Once there, she glared at the squawk box on the nightstand, willing it to burst forth with news. Then stared at her cell phone, willing it to ring with an update from Dalton. Good news, bad news, it didn’t matter. Anything to get back on task and away from dealing with her feelings for Marv.
She paced. Flipped on the television set. Thumbed the remote through the offerings, wishing she’d run across a newscast showing John Gunther revealed as the Falcon, and in custody.
Too soon. Even Blackthorne wasn’t that good.
The knock on the bedroom door had to be Marv. Tempted to ignore it, she sighed. Might as well get everything on the table. They couldn’t be bogged down in emotional baggage if it would interfere with his job. Her life might be on the line.
“It’s open,” she said.
Marv stood there, his coffee mug in one hand, hers—steaming with a fresh cup—in the other. He looked...scared. “We should talk.”
She almost laughed. “Isn’t it the woman who says that, and then the man runs for the hills?”
“We were always partners. Man and woman never played into it. Except that once.”
He was right. “Come in,” she said.
Marv crossed to the nightstand, set both mugs down, and turned off the television. “But first, there’s something we have to put behind us. Because I am a man and you are a woman.”
Her heart pounded. His finger caressed her cheek. Chills slithered along her spine. She parted her lips, letting him know she agreed.
He pressed his lips to hers. Nothing tentative, nothing gentle. The kiss that had hovered in the deep, dark places neither of them wanted to admit existed.
She opened her mouth, accepting what he offered. Offered more of her own in return. His tongue explored. Hers danced. He tasted like coffee, like what she’d imagined he’d taste like. The years of being partners, the stakeouts, the collars, the court appearances, the highs, the lows, compressed into a single kiss.
Gasping, she broke it off. She clasped his hands. Stared into his eyes. She’d always thought of them as plain brown, but now she’d call them the color of a rich espresso.
“Well, I’m glad that’s behind us,” she said, trying to keep things light. Casual. As if casual was possible after a kiss like that.
“Right,” Marv said, his voice husky.
Lexi pushed her hair away from her face, let the tip of her tongue wander her lips, where Marv’s mouth had performed magic. She moved toward her coffee. She raised the mug, inhaled the aroma, but didn’t want anything to interfere with the way her mouth felt. Didn’t want to erase the taste of Marv.
Why had she allowed him to kiss her?
Allowed him? She’d been begging for it. There was no call to blame Marv. She sat on the edge of the bed. “We shouldn’t have done that.”
“Yes, we should have.” He sat on the other bed, hands lowered between his knees, staring at the floor. “One kiss. Two consenting adults.”
She tilted her head. “Then why do you look so guilty?”

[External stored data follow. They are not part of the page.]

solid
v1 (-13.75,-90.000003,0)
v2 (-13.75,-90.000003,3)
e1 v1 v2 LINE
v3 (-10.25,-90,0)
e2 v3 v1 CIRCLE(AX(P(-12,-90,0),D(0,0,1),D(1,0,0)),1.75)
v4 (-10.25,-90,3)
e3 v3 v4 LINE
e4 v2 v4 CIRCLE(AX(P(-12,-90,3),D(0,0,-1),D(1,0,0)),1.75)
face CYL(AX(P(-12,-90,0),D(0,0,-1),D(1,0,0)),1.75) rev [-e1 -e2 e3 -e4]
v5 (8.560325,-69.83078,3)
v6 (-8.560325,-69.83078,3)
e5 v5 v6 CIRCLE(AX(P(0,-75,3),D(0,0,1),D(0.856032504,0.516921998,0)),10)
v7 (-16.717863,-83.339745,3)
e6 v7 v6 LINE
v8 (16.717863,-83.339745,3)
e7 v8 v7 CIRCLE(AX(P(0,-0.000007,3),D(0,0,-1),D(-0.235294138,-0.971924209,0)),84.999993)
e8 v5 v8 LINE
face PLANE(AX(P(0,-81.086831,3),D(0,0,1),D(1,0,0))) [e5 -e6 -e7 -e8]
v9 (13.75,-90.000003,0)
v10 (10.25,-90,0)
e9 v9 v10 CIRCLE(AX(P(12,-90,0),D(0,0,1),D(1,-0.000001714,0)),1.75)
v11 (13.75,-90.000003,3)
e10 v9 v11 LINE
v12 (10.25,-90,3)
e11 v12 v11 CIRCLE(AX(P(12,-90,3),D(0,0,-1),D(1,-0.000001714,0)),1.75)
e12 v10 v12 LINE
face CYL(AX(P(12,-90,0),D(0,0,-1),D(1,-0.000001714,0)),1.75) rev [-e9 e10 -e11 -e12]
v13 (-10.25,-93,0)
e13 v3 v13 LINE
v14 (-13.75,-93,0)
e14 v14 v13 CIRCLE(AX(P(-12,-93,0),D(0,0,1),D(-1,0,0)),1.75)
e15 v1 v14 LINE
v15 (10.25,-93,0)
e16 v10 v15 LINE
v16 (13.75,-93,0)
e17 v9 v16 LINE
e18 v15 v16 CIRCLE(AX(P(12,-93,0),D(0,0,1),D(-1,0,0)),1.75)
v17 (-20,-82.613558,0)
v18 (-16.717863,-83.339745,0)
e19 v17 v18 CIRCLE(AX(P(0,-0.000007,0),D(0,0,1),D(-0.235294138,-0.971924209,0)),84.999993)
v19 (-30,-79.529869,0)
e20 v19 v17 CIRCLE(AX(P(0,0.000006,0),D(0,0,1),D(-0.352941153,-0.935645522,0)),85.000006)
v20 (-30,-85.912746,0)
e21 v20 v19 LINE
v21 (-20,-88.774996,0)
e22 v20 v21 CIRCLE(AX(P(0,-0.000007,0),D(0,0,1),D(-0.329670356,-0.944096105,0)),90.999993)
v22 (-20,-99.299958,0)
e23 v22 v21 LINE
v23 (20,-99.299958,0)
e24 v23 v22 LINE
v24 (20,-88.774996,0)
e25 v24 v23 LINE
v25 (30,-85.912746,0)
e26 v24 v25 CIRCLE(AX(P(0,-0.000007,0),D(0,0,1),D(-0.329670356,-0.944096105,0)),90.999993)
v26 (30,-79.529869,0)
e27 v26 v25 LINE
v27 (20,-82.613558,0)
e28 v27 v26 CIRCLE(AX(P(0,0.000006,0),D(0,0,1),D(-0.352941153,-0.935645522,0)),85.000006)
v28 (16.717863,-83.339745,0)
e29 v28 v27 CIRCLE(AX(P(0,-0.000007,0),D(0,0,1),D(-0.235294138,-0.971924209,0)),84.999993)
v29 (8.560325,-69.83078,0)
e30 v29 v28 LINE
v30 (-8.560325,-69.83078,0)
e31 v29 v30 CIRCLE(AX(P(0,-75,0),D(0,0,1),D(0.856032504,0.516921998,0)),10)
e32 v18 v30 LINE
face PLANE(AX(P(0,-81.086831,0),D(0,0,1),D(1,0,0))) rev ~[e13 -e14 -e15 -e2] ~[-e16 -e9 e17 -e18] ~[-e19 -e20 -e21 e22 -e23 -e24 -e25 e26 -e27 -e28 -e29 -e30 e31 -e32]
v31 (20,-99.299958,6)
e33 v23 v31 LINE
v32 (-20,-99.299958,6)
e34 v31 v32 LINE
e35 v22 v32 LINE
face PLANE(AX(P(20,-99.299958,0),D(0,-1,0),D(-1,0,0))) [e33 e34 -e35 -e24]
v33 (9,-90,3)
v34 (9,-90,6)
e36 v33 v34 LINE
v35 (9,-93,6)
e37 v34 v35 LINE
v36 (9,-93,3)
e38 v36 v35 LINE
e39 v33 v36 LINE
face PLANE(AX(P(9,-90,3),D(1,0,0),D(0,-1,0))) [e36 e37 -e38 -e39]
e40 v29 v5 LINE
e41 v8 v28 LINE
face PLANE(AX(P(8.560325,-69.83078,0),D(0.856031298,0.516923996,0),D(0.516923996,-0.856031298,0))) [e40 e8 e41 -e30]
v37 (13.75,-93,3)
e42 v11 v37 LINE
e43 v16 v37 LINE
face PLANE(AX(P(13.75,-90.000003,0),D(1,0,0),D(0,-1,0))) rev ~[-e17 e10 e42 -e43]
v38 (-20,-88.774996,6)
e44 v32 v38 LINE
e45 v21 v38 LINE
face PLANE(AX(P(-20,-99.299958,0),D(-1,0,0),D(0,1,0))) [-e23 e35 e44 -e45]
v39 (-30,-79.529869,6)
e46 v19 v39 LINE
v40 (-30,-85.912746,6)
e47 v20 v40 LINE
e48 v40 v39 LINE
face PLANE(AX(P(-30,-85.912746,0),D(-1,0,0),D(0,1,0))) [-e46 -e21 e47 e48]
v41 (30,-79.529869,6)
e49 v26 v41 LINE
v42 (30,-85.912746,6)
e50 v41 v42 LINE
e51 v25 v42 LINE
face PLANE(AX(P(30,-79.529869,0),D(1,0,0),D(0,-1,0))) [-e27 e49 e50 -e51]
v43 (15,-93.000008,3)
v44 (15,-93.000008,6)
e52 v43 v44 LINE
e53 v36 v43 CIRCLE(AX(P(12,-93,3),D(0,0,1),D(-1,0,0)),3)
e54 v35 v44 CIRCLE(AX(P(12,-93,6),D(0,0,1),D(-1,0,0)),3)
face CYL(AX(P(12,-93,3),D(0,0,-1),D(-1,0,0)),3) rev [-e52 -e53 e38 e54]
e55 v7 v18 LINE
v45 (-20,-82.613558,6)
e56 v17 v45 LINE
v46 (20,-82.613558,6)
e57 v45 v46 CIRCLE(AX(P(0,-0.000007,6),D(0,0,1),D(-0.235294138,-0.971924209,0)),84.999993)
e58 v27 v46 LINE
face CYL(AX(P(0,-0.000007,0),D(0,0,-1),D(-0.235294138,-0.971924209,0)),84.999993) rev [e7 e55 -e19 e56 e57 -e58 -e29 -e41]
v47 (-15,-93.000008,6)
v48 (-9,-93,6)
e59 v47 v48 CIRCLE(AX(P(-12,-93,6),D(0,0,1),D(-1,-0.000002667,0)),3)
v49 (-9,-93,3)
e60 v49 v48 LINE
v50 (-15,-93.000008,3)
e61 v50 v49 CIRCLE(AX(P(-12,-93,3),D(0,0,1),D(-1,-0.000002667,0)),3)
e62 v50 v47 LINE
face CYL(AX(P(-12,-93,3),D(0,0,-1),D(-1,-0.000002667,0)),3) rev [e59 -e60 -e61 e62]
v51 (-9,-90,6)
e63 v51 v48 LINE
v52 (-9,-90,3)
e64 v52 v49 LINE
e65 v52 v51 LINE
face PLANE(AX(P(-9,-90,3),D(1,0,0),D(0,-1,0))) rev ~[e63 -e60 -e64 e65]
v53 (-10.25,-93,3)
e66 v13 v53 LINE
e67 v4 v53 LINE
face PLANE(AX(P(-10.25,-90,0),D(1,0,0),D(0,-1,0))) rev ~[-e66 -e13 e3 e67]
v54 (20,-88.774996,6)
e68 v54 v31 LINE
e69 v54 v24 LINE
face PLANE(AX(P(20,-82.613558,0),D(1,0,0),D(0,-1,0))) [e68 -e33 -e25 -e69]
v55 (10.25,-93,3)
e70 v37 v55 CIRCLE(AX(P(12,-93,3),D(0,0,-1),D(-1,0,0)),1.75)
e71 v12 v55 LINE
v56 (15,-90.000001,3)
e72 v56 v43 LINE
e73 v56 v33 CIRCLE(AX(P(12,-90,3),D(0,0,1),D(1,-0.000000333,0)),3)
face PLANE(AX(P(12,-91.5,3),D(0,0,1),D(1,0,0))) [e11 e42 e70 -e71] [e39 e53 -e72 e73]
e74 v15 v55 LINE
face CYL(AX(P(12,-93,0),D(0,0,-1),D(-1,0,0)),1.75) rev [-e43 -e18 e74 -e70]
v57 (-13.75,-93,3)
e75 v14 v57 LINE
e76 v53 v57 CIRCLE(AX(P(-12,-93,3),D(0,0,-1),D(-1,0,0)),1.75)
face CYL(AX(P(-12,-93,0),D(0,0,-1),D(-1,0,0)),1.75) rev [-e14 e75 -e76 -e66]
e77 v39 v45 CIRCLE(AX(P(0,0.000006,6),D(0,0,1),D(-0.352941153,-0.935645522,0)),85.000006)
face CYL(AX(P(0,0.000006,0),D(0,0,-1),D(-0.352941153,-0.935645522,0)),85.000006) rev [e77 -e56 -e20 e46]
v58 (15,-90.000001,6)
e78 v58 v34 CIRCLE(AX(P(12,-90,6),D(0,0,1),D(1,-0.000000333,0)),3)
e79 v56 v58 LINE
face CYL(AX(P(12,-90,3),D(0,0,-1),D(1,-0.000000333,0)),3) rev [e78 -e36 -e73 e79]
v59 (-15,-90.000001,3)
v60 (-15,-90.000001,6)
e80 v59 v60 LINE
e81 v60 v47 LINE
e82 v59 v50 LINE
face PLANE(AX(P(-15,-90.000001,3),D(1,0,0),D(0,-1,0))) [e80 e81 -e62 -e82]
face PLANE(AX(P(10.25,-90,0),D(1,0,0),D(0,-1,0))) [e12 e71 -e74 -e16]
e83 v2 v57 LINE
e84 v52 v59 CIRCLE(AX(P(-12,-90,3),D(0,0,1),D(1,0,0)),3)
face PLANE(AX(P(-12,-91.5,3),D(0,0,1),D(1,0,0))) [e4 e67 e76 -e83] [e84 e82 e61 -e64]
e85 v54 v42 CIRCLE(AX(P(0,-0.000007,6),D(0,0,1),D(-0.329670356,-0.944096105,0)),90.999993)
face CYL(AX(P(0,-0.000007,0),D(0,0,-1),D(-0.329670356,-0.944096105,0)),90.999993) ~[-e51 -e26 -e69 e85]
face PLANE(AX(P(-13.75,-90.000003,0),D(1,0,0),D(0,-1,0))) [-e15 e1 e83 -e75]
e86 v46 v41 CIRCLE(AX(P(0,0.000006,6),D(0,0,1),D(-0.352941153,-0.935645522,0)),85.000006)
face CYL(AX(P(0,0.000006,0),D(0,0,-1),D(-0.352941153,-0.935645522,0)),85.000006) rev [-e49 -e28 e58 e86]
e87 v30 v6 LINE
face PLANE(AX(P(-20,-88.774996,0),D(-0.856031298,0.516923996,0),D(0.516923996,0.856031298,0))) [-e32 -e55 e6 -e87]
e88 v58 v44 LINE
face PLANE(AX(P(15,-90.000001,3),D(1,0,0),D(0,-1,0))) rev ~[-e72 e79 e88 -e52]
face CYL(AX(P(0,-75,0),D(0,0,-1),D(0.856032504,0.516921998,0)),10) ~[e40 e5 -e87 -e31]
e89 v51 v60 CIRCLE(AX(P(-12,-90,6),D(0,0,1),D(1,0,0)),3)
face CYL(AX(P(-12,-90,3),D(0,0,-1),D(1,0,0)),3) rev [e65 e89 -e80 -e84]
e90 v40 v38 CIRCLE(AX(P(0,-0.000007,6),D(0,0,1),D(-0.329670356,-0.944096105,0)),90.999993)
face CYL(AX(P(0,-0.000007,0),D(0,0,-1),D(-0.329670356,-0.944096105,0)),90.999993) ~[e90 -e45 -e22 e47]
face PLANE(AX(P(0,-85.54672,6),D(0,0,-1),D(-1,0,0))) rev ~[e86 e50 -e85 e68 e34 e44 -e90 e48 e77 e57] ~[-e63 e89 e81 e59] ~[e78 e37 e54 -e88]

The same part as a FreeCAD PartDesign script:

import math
import FreeCAD as App
import Part
import Sketcher

doc = App.newDocument("Part")
body = doc.addObject("PartDesign::Body", "Body")
body.AllowCompound = True

# Sketch on XY plane
sketch1 = doc.addObject("Sketcher::SketchObject", "Sketch")
body.addObject(sketch1)
sketch1.AttachmentSupport = (doc.XY_Plane, [""])
sketch1.MapMode = "FlatFace"
sketch1.AttachmentOffset = App.Placement(App.Vector(0, 0, 3), App.Rotation())
sketch1.addGeometry([
    Part.ArcOfCircle(Part.Circle(App.Vector(-12, -93, 0), App.Vector(0, 0, 1), 3), math.radians(-179.999847), math.radians(0)),  # 0
    Part.LineSegment(App.Vector(-9, -93, 0), App.Vector(-9, -90, 0)),  # 1
    Part.ArcOfCircle(Part.Circle(App.Vector(-12, -90, 0), App.Vector(0, 0, 1), 3), math.radians(0), math.radians(180.000019)),  # 2
    Part.LineSegment(App.Vector(-15, -90.000001, 0), App.Vector(-15, -93.000008, 0)),  # 3
    Part.ArcOfCircle(Part.Circle(App.Vector(12, -90, 0), App.Vector(0, 0, 1), 3), math.radians(-0.000019), math.radians(180)),  # 4
    Part.LineSegment(App.Vector(9, -90, 0), App.Vector(9, -93, 0)),  # 5
    Part.ArcOfCircle(Part.Circle(App.Vector(12, -93, 0), App.Vector(0, 0, 1), 3), math.radians(180), math.radians(359.999847)),  # 6
    Part.LineSegment(App.Vector(15, -93.000008, 0), App.Vector(15, -90.000001, 0)),  # 7
], False)
sketch1.addConstraint([
    Sketcher.Constraint("Tangent", 0, 2, 1, 1),
    Sketcher.Constraint("Tangent", 1, 2, 2, 1),
    Sketcher.Constraint("Tangent", 2, 2, 3, 1),
    Sketcher.Constraint("Coincident", 3, 2, 0, 1),
    Sketcher.Constraint("Tangent", 4, 2, 5, 1),
    Sketcher.Constraint("Tangent", 5, 2, 6, 1),
    Sketcher.Constraint("Coincident", 6, 2, 7, 1),
    Sketcher.Constraint("Tangent", 7, 2, 4, 1),
    Sketcher.Constraint("Vertical", 1),
    Sketcher.Constraint("Vertical", 3),
    Sketcher.Constraint("Vertical", 5),
    Sketcher.Constraint("Vertical", 7),
    Sketcher.Constraint("Equal", 2, 4),
    Sketcher.Constraint("Symmetric", 2, 3, 4, 3, -2),
    Sketcher.Constraint("Horizontal", 0, 3, 6, 3),
    Sketcher.Constraint("Horizontal", 3, 2, 6, 2),
    Sketcher.Constraint("Radius", 0, 3.0),
    Sketcher.Constraint("DistanceY", 1, 1, 1, 2, 3.0),
    Sketcher.Constraint("DistanceX", 0, 3, -1, 1, 12.0),
    Sketcher.Constraint("DistanceY", 0, 3, -1, 1, 93.0),
    Sketcher.Constraint("DistanceY", 3, 2, 3, 1, 3.000007),
])
pad1 = doc.addObject("PartDesign::Pad", "Pad")
body.addObject(pad1)
pad1.Profile = sketch1
pad1.Length = 3
body2 = doc.addObject("PartDesign::Body", "Body001")
body2.AllowCompound = True

# Sketch on XY plane
sketch2 = doc.addObject("Sketcher::SketchObject", "Sketch001")
body2.addObject(sketch2)
sketch2.AttachmentSupport = (doc.getObject("XY_Plane001"), [""])
sketch2.MapMode = "FlatFace"
sketch2.addGeometry([
    Part.ArcOfCircle(Part.Circle(App.Vector(-12, -90, 0), App.Vector(0, 0, 1), 1.75), math.radians(0), math.radians(180.000098)),  # 0
    Part.LineSegment(App.Vector(-13.75, -90.000003, 0), App.Vector(-13.75, -93, 0)),  # 1
    Part.ArcOfCircle(Part.Circle(App.Vector(-12, -93, 0), App.Vector(0, 0, 1), 1.75), math.radians(180), math.radians(360)),  # 2
    Part.LineSegment(App.Vector(-10.25, -93, 0), App.Vector(-10.25, -90, 0)),  # 3
    Part.ArcOfCircle(Part.Circle(App.Vector(12, -90, 0), App.Vector(0, 0, 1), 1.75), math.radians(-0.000098), math.radians(180)),  # 4
    Part.LineSegment(App.Vector(10.25, -90, 0), App.Vector(10.25, -93, 0)),  # 5
    Part.ArcOfCircle(Part.Circle(App.Vector(12, -93, 0), App.Vector(0, 0, 1), 1.75), math.radians(180), math.radians(360)),  # 6
    Part.LineSegment(App.Vector(13.75, -93, 0), App.Vector(13.75, -90.000003, 0)),  # 7
], False)
sketch2.addConstraint([
    Sketcher.Constraint("Tangent", 0, 2, 1, 1),
    Sketcher.Constraint("Tangent", 1, 2, 2, 1),
    Sketcher.Constraint("Tangent", 2, 2, 3, 1),
    Sketcher.Constraint("Tangent", 3, 2, 0, 1),
    Sketcher.Constraint("Tangent", 4, 2, 5, 1),
    Sketcher.Constraint("Tangent", 5, 2, 6, 1),
    Sketcher.Constraint("Tangent", 6, 2, 7, 1),
    Sketcher.Constraint("Tangent", 7, 2, 4, 1),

“It wasn’t the what. It was the when. Blackthorne has rules, and at the top of the list for any kind of security detail is Don’t get involved with the principal.”
“What if I’m not the principal? I’m a part of this investigation, remember.”
He huffed a breath. “You’re not part of this operation. You provided the information and turned everything over to Blackthorne.”
“I’m benched, in other words. Restricted to watching from the sidelines.”
“Pretty much.” He raised his gaze, his lips curved into the semblance of a smile. “Want to go watch Bruce Willis save the world? I’ll join you on the bench.”
With a glare at her phone and another at the squawk box, Lexi shuffled to the living room, wondering what would happen after this investigation was over when she no longer had any connection to Blackthorne.
Might she apply for a job? Did they have a non-fraternization policy? Which reminded her. Marv was still dodging her questions.